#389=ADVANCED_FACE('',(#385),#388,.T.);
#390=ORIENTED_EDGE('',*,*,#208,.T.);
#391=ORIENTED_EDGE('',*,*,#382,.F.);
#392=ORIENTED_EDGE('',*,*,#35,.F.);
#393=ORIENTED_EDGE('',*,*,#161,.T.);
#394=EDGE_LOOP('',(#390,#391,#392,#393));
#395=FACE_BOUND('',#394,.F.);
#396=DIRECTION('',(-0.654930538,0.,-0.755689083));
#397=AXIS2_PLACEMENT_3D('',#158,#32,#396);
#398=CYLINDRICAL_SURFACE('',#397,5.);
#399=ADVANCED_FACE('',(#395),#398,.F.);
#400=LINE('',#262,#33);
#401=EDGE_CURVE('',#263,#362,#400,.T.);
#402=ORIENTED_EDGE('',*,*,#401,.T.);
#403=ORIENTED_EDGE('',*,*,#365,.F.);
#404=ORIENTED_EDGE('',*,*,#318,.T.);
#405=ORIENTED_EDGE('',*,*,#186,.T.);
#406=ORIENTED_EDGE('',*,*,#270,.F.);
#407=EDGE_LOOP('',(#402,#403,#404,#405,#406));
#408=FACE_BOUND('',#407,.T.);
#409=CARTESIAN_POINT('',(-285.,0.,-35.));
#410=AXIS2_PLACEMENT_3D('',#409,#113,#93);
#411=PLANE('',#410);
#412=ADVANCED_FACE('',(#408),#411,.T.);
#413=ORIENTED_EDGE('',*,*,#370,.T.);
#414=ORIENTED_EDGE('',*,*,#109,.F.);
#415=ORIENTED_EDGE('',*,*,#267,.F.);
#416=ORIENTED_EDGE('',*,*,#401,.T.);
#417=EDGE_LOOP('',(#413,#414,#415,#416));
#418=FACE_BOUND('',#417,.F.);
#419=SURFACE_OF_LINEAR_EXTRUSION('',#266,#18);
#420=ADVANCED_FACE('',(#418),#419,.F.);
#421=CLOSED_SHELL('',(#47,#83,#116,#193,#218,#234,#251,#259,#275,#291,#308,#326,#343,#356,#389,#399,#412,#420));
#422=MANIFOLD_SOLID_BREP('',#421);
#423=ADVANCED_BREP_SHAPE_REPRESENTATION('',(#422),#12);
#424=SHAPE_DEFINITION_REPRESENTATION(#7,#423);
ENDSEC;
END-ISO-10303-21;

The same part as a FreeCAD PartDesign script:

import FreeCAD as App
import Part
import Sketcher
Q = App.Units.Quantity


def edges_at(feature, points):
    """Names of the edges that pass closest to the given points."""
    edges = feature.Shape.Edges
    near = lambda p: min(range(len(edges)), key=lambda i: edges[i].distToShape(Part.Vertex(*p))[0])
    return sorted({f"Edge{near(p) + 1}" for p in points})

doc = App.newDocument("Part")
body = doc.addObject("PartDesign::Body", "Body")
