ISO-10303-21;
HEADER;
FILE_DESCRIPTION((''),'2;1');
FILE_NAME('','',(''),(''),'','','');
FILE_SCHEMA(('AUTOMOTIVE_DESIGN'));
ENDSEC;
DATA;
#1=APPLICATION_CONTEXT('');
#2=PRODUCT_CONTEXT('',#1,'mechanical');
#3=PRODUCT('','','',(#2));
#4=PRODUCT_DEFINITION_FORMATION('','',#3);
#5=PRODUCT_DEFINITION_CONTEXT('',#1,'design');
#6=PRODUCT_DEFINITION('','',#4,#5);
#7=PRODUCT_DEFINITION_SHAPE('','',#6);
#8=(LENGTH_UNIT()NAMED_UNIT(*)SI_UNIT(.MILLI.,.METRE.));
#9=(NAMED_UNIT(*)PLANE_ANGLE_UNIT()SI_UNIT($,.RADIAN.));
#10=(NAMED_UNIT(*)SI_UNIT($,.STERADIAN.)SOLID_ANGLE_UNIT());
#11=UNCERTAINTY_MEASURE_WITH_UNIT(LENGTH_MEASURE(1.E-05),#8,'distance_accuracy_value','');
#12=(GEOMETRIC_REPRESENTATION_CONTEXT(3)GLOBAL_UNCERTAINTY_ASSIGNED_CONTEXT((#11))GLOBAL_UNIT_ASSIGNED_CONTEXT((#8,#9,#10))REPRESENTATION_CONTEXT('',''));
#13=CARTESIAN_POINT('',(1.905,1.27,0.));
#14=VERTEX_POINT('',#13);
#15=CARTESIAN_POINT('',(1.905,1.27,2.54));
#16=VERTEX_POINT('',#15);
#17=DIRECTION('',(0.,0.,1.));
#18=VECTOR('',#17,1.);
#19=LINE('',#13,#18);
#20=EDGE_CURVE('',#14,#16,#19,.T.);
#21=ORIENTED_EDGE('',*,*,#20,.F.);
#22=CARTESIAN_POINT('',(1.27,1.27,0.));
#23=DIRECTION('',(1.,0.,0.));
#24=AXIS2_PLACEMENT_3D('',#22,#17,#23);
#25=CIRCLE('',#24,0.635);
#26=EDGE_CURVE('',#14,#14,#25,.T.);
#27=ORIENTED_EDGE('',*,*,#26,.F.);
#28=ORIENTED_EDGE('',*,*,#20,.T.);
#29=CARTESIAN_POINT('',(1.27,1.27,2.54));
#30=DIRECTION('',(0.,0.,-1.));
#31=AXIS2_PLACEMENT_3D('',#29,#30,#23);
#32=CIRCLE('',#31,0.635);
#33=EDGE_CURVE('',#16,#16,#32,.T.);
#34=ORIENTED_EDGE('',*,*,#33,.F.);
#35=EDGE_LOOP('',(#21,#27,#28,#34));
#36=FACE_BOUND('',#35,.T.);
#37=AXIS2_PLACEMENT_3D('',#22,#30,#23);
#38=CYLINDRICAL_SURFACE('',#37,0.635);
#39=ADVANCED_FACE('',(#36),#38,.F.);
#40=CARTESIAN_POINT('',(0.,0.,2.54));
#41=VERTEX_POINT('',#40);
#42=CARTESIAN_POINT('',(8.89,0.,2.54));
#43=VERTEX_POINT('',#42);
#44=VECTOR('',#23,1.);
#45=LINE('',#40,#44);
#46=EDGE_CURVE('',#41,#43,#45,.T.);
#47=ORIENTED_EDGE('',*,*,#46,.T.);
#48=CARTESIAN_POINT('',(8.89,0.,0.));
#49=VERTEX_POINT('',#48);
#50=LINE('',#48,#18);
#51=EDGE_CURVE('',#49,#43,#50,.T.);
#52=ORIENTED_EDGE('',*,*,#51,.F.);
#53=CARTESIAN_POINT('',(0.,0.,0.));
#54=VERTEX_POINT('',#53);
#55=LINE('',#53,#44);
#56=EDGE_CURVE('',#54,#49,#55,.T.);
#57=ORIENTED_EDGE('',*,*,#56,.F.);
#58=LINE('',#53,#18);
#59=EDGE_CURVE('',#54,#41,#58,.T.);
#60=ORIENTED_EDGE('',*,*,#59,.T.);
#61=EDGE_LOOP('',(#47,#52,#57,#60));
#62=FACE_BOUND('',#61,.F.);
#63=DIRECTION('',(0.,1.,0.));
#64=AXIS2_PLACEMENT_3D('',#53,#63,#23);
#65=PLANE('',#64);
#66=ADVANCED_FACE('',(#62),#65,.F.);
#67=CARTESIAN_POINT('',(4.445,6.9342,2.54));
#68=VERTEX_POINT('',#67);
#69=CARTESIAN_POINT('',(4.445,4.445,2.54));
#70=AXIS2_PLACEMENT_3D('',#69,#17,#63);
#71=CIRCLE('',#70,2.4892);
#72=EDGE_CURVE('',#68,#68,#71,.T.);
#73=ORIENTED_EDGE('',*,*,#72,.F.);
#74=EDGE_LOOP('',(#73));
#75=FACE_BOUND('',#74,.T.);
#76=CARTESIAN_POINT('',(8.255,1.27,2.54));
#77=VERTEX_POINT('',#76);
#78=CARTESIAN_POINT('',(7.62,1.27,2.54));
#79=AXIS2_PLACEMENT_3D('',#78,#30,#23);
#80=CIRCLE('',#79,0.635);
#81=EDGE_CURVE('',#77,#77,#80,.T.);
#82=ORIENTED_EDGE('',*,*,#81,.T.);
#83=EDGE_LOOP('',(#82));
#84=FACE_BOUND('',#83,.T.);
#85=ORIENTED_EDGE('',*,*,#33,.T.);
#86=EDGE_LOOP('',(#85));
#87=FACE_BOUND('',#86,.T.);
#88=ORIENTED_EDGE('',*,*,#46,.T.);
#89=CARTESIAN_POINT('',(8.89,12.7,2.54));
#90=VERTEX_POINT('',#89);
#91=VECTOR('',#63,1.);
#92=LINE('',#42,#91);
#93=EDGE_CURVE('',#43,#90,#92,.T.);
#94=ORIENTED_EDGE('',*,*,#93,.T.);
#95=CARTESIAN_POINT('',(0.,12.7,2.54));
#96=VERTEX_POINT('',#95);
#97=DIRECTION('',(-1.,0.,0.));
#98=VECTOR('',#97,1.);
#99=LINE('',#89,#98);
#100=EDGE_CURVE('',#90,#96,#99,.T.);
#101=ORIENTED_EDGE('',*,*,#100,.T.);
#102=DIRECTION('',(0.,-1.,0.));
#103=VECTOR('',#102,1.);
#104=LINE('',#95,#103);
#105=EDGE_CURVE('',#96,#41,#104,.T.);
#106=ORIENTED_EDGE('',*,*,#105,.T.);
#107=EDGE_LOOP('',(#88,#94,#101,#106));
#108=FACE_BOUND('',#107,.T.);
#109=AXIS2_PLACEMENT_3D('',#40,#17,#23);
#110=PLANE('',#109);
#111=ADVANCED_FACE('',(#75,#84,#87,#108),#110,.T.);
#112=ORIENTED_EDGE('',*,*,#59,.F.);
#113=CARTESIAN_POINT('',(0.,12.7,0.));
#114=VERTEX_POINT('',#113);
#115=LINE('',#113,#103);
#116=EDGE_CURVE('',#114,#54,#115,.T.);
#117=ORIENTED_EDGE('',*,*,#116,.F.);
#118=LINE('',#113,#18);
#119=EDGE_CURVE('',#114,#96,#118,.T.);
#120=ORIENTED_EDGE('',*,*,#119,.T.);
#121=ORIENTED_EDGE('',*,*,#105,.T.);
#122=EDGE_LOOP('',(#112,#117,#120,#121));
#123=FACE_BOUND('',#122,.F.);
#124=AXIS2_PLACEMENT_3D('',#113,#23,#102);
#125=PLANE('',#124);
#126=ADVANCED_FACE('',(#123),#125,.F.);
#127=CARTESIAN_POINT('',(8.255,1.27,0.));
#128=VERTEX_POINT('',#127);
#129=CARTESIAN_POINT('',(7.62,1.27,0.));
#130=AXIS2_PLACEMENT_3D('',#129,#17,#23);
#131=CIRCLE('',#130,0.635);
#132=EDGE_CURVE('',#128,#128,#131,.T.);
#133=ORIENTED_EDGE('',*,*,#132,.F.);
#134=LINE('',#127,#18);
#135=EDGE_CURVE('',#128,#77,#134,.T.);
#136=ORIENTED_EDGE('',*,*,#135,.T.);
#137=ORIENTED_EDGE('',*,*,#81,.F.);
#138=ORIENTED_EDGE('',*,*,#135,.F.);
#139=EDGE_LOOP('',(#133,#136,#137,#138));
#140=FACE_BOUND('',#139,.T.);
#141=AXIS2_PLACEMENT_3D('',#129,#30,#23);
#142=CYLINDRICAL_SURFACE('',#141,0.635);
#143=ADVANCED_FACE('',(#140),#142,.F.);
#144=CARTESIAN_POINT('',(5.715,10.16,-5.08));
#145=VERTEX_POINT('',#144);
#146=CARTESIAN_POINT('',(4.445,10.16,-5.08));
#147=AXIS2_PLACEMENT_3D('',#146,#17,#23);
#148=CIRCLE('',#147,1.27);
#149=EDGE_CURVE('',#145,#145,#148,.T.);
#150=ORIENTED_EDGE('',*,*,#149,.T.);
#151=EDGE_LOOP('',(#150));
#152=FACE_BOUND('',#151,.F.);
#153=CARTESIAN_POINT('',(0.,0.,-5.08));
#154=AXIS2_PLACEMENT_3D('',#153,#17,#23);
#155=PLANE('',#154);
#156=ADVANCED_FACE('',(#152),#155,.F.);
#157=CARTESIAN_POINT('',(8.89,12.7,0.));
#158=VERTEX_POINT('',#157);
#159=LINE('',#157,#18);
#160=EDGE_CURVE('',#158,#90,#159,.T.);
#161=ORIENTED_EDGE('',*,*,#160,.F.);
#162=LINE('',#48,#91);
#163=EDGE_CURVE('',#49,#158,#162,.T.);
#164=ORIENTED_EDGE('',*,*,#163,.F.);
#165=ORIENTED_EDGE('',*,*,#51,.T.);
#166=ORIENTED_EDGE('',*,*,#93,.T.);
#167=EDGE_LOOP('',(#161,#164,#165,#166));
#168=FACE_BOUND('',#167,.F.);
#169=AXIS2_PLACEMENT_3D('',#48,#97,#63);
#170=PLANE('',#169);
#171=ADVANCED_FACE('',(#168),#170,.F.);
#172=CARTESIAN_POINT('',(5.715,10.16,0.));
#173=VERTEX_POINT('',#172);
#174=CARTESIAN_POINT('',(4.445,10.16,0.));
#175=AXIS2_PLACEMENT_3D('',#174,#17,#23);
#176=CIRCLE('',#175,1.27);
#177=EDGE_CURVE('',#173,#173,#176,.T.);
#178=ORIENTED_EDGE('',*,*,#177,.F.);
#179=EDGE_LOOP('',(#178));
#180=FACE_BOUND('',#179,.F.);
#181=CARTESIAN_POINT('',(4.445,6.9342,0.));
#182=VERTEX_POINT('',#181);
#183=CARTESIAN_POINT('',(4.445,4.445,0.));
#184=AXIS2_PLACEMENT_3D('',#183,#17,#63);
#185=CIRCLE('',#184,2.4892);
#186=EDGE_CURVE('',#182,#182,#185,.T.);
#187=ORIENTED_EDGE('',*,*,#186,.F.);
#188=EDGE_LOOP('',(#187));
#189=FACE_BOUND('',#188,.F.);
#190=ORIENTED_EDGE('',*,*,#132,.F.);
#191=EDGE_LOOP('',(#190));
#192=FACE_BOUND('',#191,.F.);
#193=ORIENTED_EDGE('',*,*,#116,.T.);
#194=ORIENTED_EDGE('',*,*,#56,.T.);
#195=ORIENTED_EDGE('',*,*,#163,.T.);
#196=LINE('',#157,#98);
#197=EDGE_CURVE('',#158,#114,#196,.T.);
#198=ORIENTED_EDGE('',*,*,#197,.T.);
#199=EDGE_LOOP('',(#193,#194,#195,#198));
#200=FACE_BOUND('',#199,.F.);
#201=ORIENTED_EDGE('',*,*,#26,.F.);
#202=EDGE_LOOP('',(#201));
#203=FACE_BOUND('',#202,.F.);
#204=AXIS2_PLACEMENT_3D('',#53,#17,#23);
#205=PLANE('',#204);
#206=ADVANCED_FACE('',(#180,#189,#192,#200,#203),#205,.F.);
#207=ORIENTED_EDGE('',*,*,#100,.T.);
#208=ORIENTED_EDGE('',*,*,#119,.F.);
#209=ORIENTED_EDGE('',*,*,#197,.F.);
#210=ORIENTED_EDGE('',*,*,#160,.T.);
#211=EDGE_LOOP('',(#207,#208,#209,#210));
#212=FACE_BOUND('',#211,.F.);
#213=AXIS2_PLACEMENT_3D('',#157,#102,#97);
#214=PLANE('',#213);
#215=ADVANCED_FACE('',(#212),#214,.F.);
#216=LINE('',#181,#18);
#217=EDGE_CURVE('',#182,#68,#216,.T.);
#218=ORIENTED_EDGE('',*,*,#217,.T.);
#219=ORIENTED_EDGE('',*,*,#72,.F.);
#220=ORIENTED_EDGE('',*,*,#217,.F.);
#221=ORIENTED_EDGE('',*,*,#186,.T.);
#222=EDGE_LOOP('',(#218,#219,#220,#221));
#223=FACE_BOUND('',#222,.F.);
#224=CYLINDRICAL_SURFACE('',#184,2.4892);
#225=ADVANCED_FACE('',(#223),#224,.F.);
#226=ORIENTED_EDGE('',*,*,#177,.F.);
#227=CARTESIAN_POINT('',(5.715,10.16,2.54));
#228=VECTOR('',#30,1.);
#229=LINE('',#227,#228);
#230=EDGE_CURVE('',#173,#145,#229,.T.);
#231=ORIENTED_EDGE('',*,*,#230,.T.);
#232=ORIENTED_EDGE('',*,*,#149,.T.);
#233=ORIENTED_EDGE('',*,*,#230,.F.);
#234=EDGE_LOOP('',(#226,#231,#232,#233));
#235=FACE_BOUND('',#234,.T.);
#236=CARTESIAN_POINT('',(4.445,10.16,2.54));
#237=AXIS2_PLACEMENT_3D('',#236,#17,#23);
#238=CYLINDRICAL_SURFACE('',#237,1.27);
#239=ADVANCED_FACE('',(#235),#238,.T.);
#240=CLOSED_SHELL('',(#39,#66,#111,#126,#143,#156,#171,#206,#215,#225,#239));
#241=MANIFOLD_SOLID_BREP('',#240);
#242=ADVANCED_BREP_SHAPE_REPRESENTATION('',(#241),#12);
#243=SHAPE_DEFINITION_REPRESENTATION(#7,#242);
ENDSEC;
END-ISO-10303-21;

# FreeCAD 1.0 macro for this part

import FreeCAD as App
import Part
import Sketcher
Q = App.Units.Quantity


def add_polygon(sketch, points):
    """Adds a closed chain of lines whose ends are joined by coincident constraints."""
    first, n = sketch.GeometryCount, len(points)
    for a, b in zip(points, points[1:] + points[:1]):
        sketch.addGeometry(Part.LineSegment(App.Vector(*a, 0), App.Vector(*b, 0)), False)
    for i in range(n):
        sketch.addConstraint(Sketcher.Constraint("Coincident", first + i, 2, first + (i + 1) % n, 1))

doc = App.newDocument("Part")
body = doc.addObject("PartDesign::Body", "Body")

# Sketch on XY plane
sketch1 = body.newObject("Sketcher::SketchObject", "Sketch")
sketch1.AttachmentSupport = (doc.getObject("XY_Plane"), [""])
sketch1.MapMode = "FlatFace"
add_polygon(sketch1, [(0, 13), (0, 0), (9, 0), (9, 13)])  # lines 0-3
sketch1.addConstraint([
    Sketcher.Constraint("Vertical", 0),
    Sketcher.Constraint("Horizontal", 1),
    Sketcher.Constraint("Vertical", 2),
    Sketcher.Constraint("Horizontal", 3),
    Sketcher.Constraint("Coincident", 0, 2, -1, 1),
    Sketcher.Constraint("DistanceY", 0, 2, 0, 1, Q("0.5 in")),
    Sketcher.Constraint("DistanceX", 1, 1, 1, 2, Q("0.35 in")),
])
pad1 = body.newObject("PartDesign::Pad", "Pad")
pad1.Profile = sketch1
pad1.Length = Q("0.1 in")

• _Brief_
Output exactly the lines of the material above from the one containing "#126=ADVANCED_FACE('',(#123),#125,.F.);" up to and including the one containing "#167=EDGE_LOOP('',(#161,#164,#165,#166));".

• _Solution to this task_
#126=ADVANCED_FACE('',(#123),#125,.F.);
#127=CARTESIAN_POINT('',(8.255,1.27,0.));
#128=VERTEX_POINT('',#127);
#129=CARTESIAN_POINT('',(7.62,1.27,0.));
#130=AXIS2_PLACEMENT_3D('',#129,#17,#23);
#131=CIRCLE('',#130,0.635);
#132=EDGE_CURVE('',#128,#128,#131,.T.);
#133=ORIENTED_EDGE('',*,*,#132,.F.);
#134=LINE('',#127,#18);
#135=EDGE_CURVE('',#128,#77,#134,.T.);
#136=ORIENTED_EDGE('',*,*,#135,.T.);
#137=ORIENTED_EDGE('',*,*,#81,.F.);
#138=ORIENTED_EDGE('',*,*,#135,.F.);
#139=EDGE_LOOP('',(#133,#136,#137,#138));
#140=FACE_BOUND('',#139,.T.);
#141=AXIS2_PLACEMENT_3D('',#129,#30,#23);
#142=CYLINDRICAL_SURFACE('',#141,0.635);
#143=ADVANCED_FACE('',(#140),#142,.F.);
#144=CARTESIAN_POINT('',(5.715,10.16,-5.08));
#145=VERTEX_POINT('',#144);
#146=CARTESIAN_POINT('',(4.445,10.16,-5.08));
#147=AXIS2_PLACEMENT_3D('',#146,#17,#23);
#148=CIRCLE('',#147,1.27);
#149=EDGE_CURVE('',#145,#145,#148,.T.);
#150=ORIENTED_EDGE('',*,*,#149,.T.);
#151=EDGE_LOOP('',(#150));
#152=FACE_BOUND('',#151,.F.);
#153=CARTESIAN_POINT('',(0.,0.,-5.08));
#154=AXIS2_PLACEMENT_3D('',#153,#17,#23);
#155=PLANE('',#154);
#156=ADVANCED_FACE('',(#152),#155,.F.);
#157=CARTESIAN_POINT('',(8.89,12.7,0.));
#158=VERTEX_POINT('',#157);
#159=LINE('',#157,#18);
#160=EDGE_CURVE('',#158,#90,#159,.T.);
#161=ORIENTED_EDGE('',*,*,#160,.F.);
#162=LINE('',#48,#91);
#163=EDGE_CURVE('',#49,#158,#162,.T.);
#164=ORIENTED_EDGE('',*,*,#163,.F.);
#165=ORIENTED_EDGE('',*,*,#51,.T.);
#166=ORIENTED_EDGE('',*,*,#93,.T.);
#167=EDGE_LOOP('',(#161,#164,#165,#166));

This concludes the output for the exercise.